══ INPUT MATERIAL
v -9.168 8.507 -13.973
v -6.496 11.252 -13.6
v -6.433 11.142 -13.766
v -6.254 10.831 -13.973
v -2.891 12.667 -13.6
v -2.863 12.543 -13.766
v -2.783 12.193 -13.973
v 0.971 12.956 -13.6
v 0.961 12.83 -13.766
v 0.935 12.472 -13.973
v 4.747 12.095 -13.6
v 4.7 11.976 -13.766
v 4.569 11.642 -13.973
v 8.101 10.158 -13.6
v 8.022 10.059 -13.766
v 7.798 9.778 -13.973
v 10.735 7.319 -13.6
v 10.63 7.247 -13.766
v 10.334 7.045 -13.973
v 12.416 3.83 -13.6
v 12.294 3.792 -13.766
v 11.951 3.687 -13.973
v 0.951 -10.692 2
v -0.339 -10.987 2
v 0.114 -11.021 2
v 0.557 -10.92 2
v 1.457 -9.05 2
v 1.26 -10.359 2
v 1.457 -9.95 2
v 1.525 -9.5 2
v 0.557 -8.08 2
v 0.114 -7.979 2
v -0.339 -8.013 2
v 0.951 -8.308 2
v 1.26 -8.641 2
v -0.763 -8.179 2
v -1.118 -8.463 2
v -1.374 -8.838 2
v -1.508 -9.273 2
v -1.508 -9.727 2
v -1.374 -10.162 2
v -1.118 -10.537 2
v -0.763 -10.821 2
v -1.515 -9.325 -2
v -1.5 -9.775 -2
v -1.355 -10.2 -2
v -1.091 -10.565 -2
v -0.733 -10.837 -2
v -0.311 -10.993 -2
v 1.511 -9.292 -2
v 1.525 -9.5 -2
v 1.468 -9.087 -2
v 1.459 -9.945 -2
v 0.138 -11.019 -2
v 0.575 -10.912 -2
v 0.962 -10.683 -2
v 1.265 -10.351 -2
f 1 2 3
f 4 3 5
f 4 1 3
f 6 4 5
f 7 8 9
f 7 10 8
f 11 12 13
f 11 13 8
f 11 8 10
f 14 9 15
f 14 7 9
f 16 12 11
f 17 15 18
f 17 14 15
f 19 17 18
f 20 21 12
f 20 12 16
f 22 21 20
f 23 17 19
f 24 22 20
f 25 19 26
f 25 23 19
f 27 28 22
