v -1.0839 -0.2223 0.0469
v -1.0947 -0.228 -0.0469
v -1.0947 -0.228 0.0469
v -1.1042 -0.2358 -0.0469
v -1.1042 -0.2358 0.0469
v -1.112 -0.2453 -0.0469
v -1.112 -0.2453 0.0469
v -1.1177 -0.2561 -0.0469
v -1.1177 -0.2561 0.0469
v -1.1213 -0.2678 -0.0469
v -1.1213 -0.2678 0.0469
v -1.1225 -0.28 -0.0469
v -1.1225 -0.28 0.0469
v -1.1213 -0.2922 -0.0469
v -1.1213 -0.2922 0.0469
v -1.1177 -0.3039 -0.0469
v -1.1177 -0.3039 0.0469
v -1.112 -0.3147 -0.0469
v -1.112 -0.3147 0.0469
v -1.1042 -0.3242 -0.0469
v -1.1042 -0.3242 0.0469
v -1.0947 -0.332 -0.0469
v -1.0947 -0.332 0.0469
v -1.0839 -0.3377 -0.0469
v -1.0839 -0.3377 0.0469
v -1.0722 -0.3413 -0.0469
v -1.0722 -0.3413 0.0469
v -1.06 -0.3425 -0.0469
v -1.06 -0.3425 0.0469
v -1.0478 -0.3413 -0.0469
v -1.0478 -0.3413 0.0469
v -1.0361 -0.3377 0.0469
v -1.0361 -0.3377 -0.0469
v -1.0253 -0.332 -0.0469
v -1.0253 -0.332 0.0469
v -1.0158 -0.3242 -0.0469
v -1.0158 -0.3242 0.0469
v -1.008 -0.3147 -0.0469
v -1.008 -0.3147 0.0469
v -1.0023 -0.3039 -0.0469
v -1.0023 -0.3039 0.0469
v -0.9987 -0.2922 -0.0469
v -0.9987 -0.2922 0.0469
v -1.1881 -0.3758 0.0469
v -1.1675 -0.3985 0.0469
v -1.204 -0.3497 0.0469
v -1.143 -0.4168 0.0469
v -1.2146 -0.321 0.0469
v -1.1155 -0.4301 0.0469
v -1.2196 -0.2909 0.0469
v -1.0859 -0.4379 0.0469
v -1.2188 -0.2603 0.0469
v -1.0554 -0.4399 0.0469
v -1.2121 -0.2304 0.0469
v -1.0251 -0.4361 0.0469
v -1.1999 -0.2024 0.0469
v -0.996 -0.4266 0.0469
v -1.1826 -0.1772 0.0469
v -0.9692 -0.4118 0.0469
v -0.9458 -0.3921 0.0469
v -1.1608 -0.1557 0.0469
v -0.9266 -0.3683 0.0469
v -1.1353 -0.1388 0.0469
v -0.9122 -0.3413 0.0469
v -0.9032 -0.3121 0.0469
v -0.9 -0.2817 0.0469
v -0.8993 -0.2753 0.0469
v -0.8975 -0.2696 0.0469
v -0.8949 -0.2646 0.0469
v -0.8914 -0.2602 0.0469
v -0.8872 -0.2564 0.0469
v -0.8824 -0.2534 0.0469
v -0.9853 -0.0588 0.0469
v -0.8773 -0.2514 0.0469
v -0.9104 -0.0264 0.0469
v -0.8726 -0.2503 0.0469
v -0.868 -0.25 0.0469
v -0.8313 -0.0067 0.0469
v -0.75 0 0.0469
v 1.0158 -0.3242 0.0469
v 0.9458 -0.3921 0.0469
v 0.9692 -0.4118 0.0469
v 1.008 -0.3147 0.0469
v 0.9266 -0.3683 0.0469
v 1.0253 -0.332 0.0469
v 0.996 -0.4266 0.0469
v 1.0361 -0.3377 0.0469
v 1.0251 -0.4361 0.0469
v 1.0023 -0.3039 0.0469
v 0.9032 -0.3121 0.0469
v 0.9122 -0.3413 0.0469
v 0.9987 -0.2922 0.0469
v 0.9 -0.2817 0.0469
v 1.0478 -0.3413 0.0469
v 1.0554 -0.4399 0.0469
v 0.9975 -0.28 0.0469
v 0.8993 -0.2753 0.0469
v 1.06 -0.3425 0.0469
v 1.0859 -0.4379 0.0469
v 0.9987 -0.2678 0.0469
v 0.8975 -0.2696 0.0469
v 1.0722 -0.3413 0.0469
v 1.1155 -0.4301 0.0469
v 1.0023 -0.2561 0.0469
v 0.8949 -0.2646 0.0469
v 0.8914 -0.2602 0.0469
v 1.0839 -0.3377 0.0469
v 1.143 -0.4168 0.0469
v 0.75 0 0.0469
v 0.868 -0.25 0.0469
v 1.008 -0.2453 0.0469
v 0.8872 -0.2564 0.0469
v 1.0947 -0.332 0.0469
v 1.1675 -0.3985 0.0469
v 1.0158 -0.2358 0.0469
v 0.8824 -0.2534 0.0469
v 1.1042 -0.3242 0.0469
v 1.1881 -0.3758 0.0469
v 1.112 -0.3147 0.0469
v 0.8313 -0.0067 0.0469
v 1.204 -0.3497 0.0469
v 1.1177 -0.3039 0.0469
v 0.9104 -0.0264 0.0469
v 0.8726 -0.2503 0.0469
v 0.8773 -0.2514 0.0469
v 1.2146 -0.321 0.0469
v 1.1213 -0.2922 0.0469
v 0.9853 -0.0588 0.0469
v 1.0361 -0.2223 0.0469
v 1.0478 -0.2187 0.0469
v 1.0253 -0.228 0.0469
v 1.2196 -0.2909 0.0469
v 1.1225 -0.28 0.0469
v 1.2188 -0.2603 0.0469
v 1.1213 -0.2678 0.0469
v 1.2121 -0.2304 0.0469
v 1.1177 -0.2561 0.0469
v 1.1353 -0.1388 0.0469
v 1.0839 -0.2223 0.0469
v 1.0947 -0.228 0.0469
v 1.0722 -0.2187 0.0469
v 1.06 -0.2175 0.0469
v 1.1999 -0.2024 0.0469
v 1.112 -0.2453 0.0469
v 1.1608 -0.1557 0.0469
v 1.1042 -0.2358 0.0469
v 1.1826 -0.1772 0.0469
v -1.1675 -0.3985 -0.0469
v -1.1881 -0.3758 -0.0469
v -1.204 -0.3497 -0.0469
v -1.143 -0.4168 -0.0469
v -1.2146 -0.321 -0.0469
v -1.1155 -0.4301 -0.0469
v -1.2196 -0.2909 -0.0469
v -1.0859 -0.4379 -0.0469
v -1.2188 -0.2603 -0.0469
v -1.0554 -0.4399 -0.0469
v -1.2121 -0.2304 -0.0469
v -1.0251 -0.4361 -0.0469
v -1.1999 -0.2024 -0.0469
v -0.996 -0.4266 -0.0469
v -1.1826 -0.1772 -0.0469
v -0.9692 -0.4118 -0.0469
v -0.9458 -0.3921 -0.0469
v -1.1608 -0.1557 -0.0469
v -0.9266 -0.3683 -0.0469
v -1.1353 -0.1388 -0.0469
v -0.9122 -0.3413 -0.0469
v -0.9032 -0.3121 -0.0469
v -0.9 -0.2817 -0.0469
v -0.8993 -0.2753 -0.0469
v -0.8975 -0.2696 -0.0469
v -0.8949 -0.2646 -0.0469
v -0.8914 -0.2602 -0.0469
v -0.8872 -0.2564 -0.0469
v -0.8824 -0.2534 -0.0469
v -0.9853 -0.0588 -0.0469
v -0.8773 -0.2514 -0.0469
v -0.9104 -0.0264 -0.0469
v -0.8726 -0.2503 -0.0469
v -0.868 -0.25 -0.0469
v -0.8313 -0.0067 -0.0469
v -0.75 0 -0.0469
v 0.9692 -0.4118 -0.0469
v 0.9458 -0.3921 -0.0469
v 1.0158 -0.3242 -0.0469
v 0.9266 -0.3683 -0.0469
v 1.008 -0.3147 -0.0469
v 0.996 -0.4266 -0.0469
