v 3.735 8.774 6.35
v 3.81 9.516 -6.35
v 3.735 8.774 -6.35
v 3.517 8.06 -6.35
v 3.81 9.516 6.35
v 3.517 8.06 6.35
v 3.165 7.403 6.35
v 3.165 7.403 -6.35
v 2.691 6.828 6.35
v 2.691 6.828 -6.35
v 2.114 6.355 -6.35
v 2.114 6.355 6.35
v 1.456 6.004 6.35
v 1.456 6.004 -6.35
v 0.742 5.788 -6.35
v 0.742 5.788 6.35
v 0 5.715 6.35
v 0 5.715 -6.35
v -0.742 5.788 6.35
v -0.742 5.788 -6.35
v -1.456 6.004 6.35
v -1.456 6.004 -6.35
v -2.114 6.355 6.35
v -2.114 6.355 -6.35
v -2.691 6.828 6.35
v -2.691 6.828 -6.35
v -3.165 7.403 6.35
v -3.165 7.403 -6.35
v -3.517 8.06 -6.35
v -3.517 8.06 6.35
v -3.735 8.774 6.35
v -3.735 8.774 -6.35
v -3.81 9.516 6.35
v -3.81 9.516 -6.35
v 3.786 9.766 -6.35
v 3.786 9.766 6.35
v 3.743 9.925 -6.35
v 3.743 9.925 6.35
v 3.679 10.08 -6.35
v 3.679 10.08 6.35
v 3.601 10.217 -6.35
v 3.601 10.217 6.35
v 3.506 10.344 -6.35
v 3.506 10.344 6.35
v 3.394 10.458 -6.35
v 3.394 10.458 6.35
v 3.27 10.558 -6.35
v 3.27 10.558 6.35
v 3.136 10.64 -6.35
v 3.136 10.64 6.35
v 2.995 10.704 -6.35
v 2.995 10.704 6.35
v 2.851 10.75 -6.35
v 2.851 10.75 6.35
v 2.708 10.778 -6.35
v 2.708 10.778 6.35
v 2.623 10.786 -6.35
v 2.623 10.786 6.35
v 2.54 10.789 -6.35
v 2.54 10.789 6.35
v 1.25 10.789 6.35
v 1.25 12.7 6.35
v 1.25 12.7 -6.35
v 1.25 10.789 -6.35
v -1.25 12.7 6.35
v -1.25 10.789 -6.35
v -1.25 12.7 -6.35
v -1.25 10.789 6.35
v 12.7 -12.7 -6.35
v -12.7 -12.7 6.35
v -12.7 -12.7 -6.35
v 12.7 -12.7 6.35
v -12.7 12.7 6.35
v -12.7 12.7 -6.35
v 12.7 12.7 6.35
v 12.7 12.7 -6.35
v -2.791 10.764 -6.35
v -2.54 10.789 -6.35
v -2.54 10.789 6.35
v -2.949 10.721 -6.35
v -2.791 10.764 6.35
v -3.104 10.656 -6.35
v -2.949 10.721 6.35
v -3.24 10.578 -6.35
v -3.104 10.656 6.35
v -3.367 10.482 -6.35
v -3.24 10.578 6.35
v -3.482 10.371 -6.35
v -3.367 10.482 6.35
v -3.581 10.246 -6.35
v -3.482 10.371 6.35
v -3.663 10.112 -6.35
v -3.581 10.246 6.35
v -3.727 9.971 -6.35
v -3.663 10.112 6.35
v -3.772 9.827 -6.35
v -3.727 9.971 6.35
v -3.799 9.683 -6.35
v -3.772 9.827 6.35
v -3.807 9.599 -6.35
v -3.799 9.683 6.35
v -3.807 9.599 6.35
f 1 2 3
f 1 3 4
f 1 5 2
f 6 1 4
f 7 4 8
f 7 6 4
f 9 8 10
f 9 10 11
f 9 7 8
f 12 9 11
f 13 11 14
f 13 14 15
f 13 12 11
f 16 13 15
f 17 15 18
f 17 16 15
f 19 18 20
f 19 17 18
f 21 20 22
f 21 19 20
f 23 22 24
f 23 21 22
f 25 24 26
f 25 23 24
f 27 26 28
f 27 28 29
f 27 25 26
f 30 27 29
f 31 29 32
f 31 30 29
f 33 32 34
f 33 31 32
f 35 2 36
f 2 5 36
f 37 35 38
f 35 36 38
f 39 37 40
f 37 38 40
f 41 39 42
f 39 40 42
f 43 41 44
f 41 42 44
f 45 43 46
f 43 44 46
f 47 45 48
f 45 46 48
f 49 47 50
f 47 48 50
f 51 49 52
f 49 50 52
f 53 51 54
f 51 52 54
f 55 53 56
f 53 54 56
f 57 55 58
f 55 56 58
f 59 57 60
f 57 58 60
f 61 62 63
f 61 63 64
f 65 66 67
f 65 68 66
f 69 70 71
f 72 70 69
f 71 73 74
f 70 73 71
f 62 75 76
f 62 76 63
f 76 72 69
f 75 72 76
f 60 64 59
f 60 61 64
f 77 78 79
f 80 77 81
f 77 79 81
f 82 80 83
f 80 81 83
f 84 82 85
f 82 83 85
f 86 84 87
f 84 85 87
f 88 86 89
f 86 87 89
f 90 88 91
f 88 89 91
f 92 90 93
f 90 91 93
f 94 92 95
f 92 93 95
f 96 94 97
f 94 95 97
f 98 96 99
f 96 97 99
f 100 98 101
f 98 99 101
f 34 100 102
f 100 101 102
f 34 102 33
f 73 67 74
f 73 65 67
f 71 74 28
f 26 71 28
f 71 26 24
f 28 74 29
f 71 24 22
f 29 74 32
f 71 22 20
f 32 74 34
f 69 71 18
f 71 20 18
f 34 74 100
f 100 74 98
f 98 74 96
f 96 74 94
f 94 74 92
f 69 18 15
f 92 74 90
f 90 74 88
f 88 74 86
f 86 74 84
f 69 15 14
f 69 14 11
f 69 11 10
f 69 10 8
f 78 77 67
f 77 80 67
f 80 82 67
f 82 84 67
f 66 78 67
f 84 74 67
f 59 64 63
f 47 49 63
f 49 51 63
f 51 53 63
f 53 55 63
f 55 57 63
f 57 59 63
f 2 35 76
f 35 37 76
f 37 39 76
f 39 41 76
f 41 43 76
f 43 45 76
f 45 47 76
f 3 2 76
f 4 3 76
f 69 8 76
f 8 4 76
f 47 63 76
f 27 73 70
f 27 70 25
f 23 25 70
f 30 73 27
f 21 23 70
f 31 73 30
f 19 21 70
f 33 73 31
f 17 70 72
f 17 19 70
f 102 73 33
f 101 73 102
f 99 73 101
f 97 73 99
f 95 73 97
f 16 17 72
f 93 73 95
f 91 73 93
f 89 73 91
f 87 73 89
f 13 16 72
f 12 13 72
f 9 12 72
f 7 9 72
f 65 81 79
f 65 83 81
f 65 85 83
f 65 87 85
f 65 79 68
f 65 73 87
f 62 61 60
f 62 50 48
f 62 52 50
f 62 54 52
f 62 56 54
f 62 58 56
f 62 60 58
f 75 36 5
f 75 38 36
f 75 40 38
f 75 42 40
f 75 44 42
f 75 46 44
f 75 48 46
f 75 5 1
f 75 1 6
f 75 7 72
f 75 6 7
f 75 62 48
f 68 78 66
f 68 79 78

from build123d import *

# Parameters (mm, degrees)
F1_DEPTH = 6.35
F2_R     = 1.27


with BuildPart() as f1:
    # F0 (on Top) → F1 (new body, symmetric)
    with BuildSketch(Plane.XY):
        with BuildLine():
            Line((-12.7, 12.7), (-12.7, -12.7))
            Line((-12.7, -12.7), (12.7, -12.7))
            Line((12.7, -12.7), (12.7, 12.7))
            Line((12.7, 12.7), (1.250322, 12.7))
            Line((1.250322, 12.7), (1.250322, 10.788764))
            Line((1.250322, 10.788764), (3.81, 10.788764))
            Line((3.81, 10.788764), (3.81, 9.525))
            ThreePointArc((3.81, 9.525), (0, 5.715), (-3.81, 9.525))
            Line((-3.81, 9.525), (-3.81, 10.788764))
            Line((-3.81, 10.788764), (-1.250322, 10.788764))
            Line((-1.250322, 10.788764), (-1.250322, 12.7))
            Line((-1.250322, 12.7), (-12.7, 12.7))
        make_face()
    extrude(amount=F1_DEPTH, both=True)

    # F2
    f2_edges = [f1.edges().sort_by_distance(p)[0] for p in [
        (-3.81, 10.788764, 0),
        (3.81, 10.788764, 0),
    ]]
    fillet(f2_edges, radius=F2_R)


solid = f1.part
════
══ INPUT MATERIAL
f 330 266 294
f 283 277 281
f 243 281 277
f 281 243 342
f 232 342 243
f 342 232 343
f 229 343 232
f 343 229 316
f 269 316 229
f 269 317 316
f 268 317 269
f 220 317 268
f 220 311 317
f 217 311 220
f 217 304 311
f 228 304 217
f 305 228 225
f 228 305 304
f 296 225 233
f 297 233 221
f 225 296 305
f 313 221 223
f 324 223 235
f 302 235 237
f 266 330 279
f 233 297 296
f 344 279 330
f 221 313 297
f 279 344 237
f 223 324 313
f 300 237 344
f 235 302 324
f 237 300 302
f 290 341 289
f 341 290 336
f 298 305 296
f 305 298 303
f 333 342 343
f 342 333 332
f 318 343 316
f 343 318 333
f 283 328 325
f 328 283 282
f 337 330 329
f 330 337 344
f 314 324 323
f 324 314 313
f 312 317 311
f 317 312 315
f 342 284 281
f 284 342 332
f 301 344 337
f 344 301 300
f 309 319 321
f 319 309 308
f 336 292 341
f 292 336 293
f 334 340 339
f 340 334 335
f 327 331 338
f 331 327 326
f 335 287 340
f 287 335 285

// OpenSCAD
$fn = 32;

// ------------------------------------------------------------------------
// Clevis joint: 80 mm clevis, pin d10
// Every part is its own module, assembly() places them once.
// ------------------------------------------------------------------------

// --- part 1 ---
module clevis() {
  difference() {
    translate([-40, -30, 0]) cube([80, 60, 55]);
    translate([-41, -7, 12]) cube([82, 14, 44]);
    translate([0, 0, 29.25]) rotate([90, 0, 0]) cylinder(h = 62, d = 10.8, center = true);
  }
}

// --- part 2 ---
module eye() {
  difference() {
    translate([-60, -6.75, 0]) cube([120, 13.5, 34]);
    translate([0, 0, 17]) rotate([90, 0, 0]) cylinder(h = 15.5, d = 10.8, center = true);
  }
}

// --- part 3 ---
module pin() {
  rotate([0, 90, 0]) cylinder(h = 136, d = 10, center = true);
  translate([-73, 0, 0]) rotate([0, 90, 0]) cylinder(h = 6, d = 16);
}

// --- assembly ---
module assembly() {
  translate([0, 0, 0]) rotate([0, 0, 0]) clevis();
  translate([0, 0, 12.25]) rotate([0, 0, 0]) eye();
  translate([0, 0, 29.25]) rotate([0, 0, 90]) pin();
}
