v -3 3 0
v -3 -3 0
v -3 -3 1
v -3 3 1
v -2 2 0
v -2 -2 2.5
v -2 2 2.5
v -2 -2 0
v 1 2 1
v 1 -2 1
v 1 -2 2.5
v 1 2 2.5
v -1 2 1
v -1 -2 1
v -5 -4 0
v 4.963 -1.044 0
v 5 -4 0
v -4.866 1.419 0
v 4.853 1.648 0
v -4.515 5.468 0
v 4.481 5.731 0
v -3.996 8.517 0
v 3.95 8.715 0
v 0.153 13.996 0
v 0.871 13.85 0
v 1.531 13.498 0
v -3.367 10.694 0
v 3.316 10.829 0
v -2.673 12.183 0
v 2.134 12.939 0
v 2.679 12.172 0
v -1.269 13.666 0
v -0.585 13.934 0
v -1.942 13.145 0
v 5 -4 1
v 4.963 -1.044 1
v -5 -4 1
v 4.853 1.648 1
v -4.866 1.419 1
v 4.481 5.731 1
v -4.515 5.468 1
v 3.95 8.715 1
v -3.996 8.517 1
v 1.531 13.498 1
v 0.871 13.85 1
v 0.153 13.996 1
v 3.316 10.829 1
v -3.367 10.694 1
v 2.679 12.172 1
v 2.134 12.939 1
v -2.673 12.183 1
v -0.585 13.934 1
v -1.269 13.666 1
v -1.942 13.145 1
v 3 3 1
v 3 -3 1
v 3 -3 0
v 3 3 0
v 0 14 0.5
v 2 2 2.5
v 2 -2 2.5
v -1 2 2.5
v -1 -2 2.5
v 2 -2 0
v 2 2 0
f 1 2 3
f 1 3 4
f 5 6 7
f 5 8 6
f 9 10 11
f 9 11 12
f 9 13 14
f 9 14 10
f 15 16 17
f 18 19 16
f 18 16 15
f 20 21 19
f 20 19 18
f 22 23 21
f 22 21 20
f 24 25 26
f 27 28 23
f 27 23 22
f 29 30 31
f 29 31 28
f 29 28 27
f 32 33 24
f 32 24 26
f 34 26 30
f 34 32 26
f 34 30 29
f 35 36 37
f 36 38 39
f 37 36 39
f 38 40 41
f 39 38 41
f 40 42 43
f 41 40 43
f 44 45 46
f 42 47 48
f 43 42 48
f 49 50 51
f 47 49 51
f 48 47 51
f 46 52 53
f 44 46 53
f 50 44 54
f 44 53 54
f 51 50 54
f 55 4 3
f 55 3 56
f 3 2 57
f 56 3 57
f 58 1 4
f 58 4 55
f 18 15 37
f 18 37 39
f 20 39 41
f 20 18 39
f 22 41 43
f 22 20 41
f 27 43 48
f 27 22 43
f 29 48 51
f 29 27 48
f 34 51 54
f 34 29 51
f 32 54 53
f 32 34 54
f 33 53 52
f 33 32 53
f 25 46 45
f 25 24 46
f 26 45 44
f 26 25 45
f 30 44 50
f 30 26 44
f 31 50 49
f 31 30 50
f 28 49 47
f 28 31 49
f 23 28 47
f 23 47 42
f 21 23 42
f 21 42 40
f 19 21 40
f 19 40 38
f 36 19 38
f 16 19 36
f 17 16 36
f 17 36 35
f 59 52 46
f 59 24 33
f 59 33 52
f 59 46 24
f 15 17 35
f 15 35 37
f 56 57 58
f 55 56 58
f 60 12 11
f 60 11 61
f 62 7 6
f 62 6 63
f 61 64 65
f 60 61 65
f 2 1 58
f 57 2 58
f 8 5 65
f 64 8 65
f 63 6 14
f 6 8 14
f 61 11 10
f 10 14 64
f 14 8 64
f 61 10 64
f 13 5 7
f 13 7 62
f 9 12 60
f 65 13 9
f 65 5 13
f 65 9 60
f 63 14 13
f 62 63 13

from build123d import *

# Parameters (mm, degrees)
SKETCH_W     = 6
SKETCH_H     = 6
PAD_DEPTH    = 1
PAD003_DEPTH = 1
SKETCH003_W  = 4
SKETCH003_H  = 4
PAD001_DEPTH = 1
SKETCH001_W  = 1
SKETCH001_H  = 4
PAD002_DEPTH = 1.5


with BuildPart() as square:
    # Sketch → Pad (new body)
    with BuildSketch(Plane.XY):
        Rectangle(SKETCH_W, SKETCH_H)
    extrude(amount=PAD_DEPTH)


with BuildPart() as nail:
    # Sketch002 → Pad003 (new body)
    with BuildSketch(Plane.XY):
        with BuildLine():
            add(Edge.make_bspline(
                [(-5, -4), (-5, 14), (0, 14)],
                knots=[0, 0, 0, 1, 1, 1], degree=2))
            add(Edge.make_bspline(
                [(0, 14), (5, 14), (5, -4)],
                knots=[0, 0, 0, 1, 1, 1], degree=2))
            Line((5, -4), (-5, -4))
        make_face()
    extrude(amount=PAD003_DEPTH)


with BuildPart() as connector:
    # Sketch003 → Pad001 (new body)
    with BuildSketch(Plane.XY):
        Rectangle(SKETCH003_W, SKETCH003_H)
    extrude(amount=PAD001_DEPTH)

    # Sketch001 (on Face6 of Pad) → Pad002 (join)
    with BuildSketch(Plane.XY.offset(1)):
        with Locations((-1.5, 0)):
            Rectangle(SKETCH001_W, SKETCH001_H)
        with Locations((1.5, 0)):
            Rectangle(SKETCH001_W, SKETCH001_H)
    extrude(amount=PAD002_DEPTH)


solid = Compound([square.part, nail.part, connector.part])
════
▶ [WHAT YOU SHOULD DO]
Would you quote everything above from the line containing "v -1.25 10.789 -6.35" down to the line containing "v -3.24 10.578 -6.35"? Include both of those lines and nothing else.

▶ [RESPONSE BOX]
v -1.25 10.789 -6.35
v -1.25 12.7 -6.35
v -1.25 10.789 6.35
v 12.7 -12.7 -6.35
v -12.7 -12.7 6.35
v -12.7 -12.7 -6.35
v 12.7 -12.7 6.35
v -12.7 12.7 6.35
v -12.7 12.7 -6.35
v 12.7 12.7 6.35
v 12.7 12.7 -6.35
v -2.791 10.764 -6.35
v -2.54 10.789 -6.35
v -2.54 10.789 6.35
v -2.949 10.721 -6.35
v -2.791 10.764 6.35
v -3.104 10.656 -6.35
v -2.949 10.721 6.35
v -3.24 10.578 -6.35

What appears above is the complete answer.